Aussitôt que j’eus prononcé ces mots, j’ai vu la déception se peindre sur son visage. Dustin ne peut pas recevoir de soins. Il peut survivre, mais il sera vraisemblablement ostracisé et rejeté. Le problème s’aggravera avec le temps. Elle était venue jusqu’au navire, le cœur rempli d’espoir. J’ai changé ma décision, mais était-ce une bonne décision?
Yasmine et moi avons commencé notre troisième journée en salle d’opération avec Dustin.
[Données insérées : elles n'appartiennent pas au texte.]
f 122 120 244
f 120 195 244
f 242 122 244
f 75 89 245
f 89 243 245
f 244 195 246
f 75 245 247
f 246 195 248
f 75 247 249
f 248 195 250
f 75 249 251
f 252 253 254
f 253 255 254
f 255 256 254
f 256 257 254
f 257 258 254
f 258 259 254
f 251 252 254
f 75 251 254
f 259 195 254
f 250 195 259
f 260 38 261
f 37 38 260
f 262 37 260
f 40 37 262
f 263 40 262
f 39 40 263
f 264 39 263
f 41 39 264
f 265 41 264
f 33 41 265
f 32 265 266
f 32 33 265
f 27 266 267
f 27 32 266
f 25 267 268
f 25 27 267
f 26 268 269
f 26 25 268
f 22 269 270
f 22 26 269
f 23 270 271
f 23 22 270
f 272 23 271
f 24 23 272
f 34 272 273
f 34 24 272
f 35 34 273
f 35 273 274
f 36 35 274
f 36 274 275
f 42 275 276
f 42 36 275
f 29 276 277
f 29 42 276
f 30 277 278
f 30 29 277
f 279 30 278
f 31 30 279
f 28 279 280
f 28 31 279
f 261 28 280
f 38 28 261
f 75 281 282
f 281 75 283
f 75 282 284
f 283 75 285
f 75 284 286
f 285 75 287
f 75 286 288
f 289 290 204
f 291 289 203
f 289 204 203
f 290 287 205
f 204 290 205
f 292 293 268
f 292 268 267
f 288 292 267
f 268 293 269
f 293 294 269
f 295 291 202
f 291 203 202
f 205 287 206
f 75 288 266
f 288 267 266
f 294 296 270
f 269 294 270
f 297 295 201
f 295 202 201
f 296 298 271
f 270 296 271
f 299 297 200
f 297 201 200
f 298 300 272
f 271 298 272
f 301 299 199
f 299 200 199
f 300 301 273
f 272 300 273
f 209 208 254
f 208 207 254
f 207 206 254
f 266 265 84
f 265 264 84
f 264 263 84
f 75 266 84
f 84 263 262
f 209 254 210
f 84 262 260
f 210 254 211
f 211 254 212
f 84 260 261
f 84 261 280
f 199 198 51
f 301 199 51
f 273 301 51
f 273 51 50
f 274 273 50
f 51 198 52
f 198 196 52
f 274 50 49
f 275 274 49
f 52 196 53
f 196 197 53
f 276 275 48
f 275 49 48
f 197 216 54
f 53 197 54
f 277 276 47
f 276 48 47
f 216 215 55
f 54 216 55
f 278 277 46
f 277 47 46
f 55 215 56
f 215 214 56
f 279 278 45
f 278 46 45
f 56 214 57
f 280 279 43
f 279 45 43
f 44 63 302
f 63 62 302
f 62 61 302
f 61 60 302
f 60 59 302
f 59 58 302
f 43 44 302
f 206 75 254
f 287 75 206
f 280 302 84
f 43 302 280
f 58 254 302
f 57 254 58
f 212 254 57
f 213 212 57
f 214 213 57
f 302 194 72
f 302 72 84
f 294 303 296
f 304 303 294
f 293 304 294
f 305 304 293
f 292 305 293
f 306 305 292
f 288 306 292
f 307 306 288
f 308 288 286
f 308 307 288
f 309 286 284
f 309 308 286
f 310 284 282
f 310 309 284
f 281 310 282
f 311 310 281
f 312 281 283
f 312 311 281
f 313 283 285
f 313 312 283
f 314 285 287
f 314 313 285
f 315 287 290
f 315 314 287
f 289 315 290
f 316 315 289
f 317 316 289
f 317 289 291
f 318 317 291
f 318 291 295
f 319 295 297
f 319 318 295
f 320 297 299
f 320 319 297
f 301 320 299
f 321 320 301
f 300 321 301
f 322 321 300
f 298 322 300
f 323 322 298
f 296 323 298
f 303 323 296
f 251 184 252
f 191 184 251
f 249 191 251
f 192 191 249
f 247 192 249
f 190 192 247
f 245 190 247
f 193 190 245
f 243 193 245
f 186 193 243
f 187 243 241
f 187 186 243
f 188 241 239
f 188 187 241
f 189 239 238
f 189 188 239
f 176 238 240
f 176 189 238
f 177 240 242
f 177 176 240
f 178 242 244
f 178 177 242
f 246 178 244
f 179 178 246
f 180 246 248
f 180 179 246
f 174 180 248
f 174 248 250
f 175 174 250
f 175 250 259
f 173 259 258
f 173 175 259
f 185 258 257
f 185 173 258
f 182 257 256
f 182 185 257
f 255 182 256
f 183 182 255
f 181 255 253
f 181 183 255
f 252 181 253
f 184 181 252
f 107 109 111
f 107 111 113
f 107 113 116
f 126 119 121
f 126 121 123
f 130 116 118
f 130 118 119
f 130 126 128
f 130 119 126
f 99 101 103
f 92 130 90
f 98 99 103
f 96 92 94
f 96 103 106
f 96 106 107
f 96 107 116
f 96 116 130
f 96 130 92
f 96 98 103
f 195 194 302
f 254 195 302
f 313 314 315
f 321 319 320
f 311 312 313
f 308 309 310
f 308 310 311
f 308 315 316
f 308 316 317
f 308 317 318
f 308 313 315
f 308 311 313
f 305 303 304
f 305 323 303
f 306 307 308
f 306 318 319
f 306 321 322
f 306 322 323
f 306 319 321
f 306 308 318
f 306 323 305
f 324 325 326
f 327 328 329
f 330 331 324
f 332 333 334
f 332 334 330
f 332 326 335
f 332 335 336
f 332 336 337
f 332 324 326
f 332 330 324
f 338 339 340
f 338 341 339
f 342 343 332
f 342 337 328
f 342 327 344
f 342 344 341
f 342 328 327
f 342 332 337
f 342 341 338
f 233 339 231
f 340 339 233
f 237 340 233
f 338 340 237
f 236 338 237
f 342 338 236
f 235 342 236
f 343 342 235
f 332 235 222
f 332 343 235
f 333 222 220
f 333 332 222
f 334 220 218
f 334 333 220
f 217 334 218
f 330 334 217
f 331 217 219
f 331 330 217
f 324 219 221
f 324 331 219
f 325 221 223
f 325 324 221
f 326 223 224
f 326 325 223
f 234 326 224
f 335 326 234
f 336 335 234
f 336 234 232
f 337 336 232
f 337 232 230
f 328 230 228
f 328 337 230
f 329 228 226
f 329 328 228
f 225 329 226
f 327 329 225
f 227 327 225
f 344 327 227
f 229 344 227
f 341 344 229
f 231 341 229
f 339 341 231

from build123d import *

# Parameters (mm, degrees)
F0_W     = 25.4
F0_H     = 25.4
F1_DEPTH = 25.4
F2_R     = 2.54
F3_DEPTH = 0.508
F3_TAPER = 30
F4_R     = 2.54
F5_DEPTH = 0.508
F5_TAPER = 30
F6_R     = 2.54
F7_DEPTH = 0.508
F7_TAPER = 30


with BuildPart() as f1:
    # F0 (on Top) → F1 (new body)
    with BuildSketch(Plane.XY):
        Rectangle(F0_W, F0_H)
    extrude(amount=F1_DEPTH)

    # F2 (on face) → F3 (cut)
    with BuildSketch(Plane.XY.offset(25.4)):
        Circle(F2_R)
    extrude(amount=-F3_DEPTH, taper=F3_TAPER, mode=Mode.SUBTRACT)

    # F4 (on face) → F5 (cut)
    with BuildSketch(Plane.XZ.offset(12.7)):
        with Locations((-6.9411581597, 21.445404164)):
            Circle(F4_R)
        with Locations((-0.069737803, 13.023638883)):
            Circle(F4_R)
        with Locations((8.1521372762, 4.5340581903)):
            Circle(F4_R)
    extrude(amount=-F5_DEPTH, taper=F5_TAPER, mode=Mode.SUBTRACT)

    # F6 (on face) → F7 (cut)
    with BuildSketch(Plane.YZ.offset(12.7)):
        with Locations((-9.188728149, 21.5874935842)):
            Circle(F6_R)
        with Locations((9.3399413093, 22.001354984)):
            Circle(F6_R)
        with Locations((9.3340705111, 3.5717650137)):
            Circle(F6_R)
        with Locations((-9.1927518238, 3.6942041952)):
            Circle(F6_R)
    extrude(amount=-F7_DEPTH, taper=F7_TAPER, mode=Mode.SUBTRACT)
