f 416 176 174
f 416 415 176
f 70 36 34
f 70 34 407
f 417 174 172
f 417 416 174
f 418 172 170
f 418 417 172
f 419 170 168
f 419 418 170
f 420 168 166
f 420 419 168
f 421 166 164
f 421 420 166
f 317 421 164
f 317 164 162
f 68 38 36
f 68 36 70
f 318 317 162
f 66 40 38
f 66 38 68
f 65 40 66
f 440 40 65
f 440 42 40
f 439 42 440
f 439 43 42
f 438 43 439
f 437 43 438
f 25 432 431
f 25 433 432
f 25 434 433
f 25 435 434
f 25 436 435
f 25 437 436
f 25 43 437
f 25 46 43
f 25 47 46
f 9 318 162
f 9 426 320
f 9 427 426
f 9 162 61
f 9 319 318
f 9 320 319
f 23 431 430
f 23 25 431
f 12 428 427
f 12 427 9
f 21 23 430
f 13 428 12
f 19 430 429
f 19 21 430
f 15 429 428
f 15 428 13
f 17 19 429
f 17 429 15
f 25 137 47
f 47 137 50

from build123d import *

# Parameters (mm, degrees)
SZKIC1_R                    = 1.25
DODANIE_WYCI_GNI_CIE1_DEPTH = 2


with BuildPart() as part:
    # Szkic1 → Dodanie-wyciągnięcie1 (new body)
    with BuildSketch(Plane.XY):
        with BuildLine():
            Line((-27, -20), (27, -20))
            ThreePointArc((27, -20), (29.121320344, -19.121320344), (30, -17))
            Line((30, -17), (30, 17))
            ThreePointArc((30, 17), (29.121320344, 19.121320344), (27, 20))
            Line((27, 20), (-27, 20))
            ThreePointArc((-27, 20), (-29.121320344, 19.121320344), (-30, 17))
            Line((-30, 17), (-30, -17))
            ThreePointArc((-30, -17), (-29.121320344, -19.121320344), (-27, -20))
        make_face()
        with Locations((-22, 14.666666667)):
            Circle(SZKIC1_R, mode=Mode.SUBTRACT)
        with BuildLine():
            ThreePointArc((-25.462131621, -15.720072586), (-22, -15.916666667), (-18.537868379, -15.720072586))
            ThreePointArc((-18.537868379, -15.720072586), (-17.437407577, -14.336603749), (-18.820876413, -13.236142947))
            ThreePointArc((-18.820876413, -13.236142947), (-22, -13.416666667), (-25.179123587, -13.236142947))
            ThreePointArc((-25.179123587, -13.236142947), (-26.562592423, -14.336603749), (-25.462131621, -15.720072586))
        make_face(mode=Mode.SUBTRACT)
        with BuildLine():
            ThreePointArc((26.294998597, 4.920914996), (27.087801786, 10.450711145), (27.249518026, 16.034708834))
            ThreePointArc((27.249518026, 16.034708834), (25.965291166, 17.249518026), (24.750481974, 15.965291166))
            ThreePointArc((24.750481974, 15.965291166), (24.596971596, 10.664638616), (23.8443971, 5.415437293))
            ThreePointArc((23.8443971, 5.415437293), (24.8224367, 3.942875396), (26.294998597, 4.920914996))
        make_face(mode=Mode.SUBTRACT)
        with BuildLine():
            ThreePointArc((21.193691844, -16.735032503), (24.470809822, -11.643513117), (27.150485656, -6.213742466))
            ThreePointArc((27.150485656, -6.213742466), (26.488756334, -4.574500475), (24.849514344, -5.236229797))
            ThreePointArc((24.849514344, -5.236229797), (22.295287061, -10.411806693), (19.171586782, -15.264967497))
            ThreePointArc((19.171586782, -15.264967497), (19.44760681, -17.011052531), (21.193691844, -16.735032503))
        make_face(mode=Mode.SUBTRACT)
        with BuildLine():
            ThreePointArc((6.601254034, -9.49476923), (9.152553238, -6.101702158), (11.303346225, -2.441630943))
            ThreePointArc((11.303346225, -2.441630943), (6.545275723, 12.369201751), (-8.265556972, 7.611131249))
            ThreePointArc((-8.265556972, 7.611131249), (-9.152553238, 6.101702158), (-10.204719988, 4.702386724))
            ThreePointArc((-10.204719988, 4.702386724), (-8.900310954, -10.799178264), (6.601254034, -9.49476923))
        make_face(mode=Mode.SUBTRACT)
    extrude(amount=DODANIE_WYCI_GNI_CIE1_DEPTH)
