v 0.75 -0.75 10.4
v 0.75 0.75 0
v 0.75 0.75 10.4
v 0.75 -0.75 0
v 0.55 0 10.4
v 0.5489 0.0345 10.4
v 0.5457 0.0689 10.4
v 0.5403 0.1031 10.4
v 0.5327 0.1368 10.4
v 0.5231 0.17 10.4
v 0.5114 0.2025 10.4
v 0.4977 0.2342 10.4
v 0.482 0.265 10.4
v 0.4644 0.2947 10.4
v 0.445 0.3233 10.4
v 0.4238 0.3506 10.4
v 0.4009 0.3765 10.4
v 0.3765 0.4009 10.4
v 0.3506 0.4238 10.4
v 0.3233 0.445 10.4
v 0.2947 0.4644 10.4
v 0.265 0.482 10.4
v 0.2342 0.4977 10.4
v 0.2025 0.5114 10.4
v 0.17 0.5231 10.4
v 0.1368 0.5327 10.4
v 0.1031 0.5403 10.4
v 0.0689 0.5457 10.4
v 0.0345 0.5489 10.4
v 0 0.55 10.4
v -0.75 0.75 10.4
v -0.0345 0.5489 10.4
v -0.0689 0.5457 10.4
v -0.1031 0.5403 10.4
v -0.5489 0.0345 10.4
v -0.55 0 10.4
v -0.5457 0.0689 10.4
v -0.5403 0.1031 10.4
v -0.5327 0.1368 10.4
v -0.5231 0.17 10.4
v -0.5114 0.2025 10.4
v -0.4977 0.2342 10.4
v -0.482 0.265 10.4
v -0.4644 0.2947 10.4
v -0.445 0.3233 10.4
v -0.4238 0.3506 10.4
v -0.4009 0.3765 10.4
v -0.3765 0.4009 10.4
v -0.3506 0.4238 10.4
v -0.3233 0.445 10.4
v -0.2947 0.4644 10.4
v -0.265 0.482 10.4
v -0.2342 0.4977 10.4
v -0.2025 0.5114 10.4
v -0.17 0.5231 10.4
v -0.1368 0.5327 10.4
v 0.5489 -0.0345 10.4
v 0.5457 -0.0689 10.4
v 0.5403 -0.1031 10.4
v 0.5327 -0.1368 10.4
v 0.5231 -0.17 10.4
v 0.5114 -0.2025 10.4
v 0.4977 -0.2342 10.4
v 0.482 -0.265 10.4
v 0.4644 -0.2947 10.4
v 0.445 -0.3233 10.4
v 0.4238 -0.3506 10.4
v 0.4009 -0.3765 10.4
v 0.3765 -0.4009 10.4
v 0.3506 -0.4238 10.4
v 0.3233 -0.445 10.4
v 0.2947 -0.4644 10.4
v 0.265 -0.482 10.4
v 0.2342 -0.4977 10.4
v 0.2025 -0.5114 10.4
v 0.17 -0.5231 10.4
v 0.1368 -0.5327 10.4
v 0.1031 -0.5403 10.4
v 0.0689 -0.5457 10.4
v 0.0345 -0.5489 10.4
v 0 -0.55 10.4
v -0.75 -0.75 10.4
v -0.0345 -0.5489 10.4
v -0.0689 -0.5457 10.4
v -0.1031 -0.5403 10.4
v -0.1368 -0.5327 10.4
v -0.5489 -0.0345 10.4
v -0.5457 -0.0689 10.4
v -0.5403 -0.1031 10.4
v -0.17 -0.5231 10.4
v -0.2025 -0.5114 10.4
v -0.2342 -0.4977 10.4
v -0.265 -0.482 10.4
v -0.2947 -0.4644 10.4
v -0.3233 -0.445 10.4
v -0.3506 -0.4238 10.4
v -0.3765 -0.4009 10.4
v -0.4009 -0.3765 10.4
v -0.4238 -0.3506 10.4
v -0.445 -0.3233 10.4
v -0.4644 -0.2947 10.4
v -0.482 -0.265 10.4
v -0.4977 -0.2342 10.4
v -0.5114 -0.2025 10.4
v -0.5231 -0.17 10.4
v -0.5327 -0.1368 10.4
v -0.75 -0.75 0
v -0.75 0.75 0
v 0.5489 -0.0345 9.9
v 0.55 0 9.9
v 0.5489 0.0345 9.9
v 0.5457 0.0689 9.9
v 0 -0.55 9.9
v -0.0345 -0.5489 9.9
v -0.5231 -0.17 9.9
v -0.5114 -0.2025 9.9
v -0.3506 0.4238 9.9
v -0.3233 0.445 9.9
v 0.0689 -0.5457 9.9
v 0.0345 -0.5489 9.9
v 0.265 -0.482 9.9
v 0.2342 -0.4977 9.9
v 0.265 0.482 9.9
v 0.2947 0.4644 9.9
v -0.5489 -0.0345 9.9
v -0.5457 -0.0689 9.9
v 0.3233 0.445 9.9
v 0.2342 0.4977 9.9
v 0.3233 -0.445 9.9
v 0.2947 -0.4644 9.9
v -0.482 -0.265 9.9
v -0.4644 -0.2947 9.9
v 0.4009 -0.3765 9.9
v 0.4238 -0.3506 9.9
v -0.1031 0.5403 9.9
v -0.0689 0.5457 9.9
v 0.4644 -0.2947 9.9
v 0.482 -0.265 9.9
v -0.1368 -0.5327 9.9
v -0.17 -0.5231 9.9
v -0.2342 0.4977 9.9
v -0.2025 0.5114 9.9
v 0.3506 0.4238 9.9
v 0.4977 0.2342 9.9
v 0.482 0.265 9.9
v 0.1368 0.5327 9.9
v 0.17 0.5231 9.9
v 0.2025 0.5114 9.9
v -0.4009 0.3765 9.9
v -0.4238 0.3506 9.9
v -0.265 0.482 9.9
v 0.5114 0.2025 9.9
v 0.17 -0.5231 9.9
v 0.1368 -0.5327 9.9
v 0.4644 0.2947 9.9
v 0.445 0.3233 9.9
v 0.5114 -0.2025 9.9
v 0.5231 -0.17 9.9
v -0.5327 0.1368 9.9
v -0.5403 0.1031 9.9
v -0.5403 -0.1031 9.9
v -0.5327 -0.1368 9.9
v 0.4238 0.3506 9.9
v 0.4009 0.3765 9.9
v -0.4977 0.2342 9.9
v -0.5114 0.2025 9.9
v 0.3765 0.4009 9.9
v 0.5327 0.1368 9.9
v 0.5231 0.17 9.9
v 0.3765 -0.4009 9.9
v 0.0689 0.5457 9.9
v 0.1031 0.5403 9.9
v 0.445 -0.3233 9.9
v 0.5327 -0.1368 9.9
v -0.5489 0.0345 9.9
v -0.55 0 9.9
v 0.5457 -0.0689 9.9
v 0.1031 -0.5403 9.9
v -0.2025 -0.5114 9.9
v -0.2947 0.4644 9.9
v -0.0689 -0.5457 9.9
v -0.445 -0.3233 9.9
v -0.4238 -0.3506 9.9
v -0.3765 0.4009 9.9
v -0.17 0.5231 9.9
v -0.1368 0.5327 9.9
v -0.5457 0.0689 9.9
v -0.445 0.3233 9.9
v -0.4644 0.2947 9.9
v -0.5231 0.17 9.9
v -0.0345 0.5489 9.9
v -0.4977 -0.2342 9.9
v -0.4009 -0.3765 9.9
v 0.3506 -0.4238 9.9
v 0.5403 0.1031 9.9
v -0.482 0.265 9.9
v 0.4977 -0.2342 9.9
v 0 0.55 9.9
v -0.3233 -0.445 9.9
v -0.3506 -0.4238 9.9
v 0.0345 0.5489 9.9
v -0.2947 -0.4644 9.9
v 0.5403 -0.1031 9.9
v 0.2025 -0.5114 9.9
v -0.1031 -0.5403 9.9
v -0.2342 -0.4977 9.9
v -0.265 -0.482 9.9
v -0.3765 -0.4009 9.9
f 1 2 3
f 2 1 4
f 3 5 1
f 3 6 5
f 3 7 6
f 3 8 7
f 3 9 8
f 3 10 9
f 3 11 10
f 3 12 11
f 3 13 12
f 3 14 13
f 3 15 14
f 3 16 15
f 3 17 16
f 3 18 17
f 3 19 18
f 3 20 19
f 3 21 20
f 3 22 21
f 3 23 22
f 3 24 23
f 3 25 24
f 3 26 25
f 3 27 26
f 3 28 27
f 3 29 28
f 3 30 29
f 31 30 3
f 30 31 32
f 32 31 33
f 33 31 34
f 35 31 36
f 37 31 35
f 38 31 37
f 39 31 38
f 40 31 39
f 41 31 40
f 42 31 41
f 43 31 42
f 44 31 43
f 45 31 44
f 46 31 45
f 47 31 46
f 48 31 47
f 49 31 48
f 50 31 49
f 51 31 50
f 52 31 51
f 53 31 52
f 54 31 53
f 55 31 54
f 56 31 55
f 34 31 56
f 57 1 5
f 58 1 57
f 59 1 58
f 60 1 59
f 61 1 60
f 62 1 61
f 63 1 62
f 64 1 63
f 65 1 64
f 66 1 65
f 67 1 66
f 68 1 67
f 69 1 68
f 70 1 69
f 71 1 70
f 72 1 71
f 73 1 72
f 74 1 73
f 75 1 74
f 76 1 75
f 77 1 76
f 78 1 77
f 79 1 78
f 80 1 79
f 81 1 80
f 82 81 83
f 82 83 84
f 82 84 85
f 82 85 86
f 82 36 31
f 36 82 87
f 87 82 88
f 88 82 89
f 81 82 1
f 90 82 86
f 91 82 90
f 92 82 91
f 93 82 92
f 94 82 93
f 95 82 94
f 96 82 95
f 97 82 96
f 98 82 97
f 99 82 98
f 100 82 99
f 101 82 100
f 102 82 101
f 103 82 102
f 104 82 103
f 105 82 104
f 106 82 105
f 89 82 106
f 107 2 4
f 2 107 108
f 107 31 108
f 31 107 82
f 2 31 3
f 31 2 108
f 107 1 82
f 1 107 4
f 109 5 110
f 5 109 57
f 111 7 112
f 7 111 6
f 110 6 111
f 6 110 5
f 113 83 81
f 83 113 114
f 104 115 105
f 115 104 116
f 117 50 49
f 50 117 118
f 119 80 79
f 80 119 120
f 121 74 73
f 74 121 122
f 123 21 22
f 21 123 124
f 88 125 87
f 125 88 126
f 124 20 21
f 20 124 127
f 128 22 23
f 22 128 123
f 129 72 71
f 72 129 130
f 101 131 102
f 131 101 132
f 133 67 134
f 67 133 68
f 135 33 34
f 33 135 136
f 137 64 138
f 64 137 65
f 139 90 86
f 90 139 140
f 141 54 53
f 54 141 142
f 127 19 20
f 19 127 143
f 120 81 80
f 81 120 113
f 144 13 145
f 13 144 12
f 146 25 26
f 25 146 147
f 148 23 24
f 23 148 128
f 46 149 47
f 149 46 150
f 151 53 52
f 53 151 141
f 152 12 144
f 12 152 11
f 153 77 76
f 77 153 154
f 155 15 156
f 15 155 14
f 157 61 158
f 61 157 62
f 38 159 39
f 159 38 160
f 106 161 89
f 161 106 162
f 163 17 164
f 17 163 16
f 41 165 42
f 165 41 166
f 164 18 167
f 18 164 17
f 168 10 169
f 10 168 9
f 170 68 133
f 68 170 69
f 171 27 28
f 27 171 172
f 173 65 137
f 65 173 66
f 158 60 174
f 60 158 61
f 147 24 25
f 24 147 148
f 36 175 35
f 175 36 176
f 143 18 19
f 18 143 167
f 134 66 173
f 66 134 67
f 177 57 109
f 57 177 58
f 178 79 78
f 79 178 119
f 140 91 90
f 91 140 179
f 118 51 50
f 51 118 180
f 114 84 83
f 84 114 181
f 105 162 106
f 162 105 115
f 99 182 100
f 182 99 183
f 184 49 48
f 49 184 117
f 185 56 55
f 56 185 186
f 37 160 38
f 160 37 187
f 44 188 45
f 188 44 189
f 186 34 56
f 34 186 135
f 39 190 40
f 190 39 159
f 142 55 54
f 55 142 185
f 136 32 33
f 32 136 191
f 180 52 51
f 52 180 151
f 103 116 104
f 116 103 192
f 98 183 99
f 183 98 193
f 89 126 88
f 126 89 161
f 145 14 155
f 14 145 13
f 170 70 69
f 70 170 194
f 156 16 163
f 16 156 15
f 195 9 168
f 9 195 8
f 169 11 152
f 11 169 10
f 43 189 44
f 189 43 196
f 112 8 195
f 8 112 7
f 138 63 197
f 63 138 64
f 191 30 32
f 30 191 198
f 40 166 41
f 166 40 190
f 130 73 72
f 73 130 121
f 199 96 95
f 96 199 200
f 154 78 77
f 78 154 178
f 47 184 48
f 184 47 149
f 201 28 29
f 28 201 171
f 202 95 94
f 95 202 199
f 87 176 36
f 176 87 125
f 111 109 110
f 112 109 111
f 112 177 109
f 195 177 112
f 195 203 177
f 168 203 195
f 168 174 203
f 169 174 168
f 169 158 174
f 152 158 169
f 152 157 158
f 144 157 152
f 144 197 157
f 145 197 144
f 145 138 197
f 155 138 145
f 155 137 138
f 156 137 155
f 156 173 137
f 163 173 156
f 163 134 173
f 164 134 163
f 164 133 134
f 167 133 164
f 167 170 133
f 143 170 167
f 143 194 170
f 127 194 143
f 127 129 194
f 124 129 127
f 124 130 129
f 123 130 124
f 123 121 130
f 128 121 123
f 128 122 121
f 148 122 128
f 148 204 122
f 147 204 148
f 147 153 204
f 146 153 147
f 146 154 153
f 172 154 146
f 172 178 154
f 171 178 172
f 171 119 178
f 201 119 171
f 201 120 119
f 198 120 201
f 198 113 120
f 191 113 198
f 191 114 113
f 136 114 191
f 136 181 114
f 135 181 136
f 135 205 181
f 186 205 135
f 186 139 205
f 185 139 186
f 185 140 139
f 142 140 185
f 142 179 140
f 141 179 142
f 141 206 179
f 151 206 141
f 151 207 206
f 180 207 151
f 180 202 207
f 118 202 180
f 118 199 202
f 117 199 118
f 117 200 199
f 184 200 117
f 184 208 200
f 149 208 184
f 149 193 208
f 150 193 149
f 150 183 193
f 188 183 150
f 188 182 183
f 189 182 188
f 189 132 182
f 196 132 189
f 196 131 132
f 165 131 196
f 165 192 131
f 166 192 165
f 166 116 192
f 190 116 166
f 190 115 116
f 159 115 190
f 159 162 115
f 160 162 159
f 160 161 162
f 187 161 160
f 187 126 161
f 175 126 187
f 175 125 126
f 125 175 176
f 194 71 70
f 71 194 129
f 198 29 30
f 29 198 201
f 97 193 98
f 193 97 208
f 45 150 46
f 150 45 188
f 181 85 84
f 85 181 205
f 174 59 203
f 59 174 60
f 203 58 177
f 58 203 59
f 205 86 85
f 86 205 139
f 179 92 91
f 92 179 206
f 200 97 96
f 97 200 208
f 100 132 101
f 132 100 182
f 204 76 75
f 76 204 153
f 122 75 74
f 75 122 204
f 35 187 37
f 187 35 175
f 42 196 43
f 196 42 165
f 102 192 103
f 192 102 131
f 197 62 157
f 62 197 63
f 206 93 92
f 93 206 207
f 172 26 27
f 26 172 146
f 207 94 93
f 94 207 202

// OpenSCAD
difference(){
    translate([-.75, -.75, 0 ]){cube([1.5, 1.5, 10.4]);}
    translate([0,0,9.9]){
        cylinder(3, .55, .55, $fn = 100);
    }
}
J’ai prié, prié et prié d’avoir pris la bonne décision. Dustin avait bien ce que j’avais pressenti : une omphalocèle recouverte, avec son foie flottant sous la peau et la moitié de ses intestins à l’extérieur de la cavité abdominale. Lentement, mais sûrement, nous avons progressé. Nous avons remis son foie à la bonne place. Nous avons veillé à ce que ses intestins ne soient pas entortillés, puis nous les avons replacés délicatement à l’intérieur de l’abdomen. Nous avons refermé le trou dans la paroi et nous lui avons même fait quelque chose qui ressemble à un nombril.
Un succès?! Pas si vite. Pendant que nous pansions la plaie, Dustin a subi un événement critique. L’espace de quelques minutes, j’ai pensé le perdre. Avais-je pris la bonne décision? Devais-je rouvrir son abdomen et accepter ce handicap à vie? Était-ce même déjà trop tard? J’ai prié, prié et prié. Le problème de Dustin a été pris en charge et traité par les formidables anesthésiologistes avec lesquels j’ai le privilège de travailler sur le navire. Dustin s’est réveillé de l’anesthésie et a hurlé à s’en arracher les poumons! La salle d’opération était encore comme une ruche bourdonnante, mais j’ai été submergé par l’émotion – MERCI MON DIEU!
Le lendemain de l’opération, Dustin a quitté l’unité de soins intensifs de trois lits de l’Africa Mercy pour réintégrer son lit d’hôpital ordinaire. Il s’est rétabli de façon miraculeuse. Comme l’a dit un des aumôniers cette semaine, « le fait de pouvoir expliquer les choses ne signifie pas que ce ne sont pas des miracles ».
Dustin rentre à la maison aujourd’hui. Nous avons pris une bonne décision.
Légende photo : Le Dr Emil avec Dustin, sa mère, et Ashley, son infirmière, la veille de son congé.
Le docteur Sherif Emil est chirurgien pédiatre et directeur de la division de chirurgie thoracique et de chirurgie générale pédiatrique à l’Hôpital de Montréal pour enfants. Pendant 2 semaines, il fera partie de l’équipage bénévole de l’Africa Mercy, amarré en ce moment à Cotonou, au Bénin. L’Africa Mercy est le plus grand navire-hôpital civil au monde qui a pour mission d’apporter espoir et guérison aux dizaines de milliers de populations défavorisées dans le monde.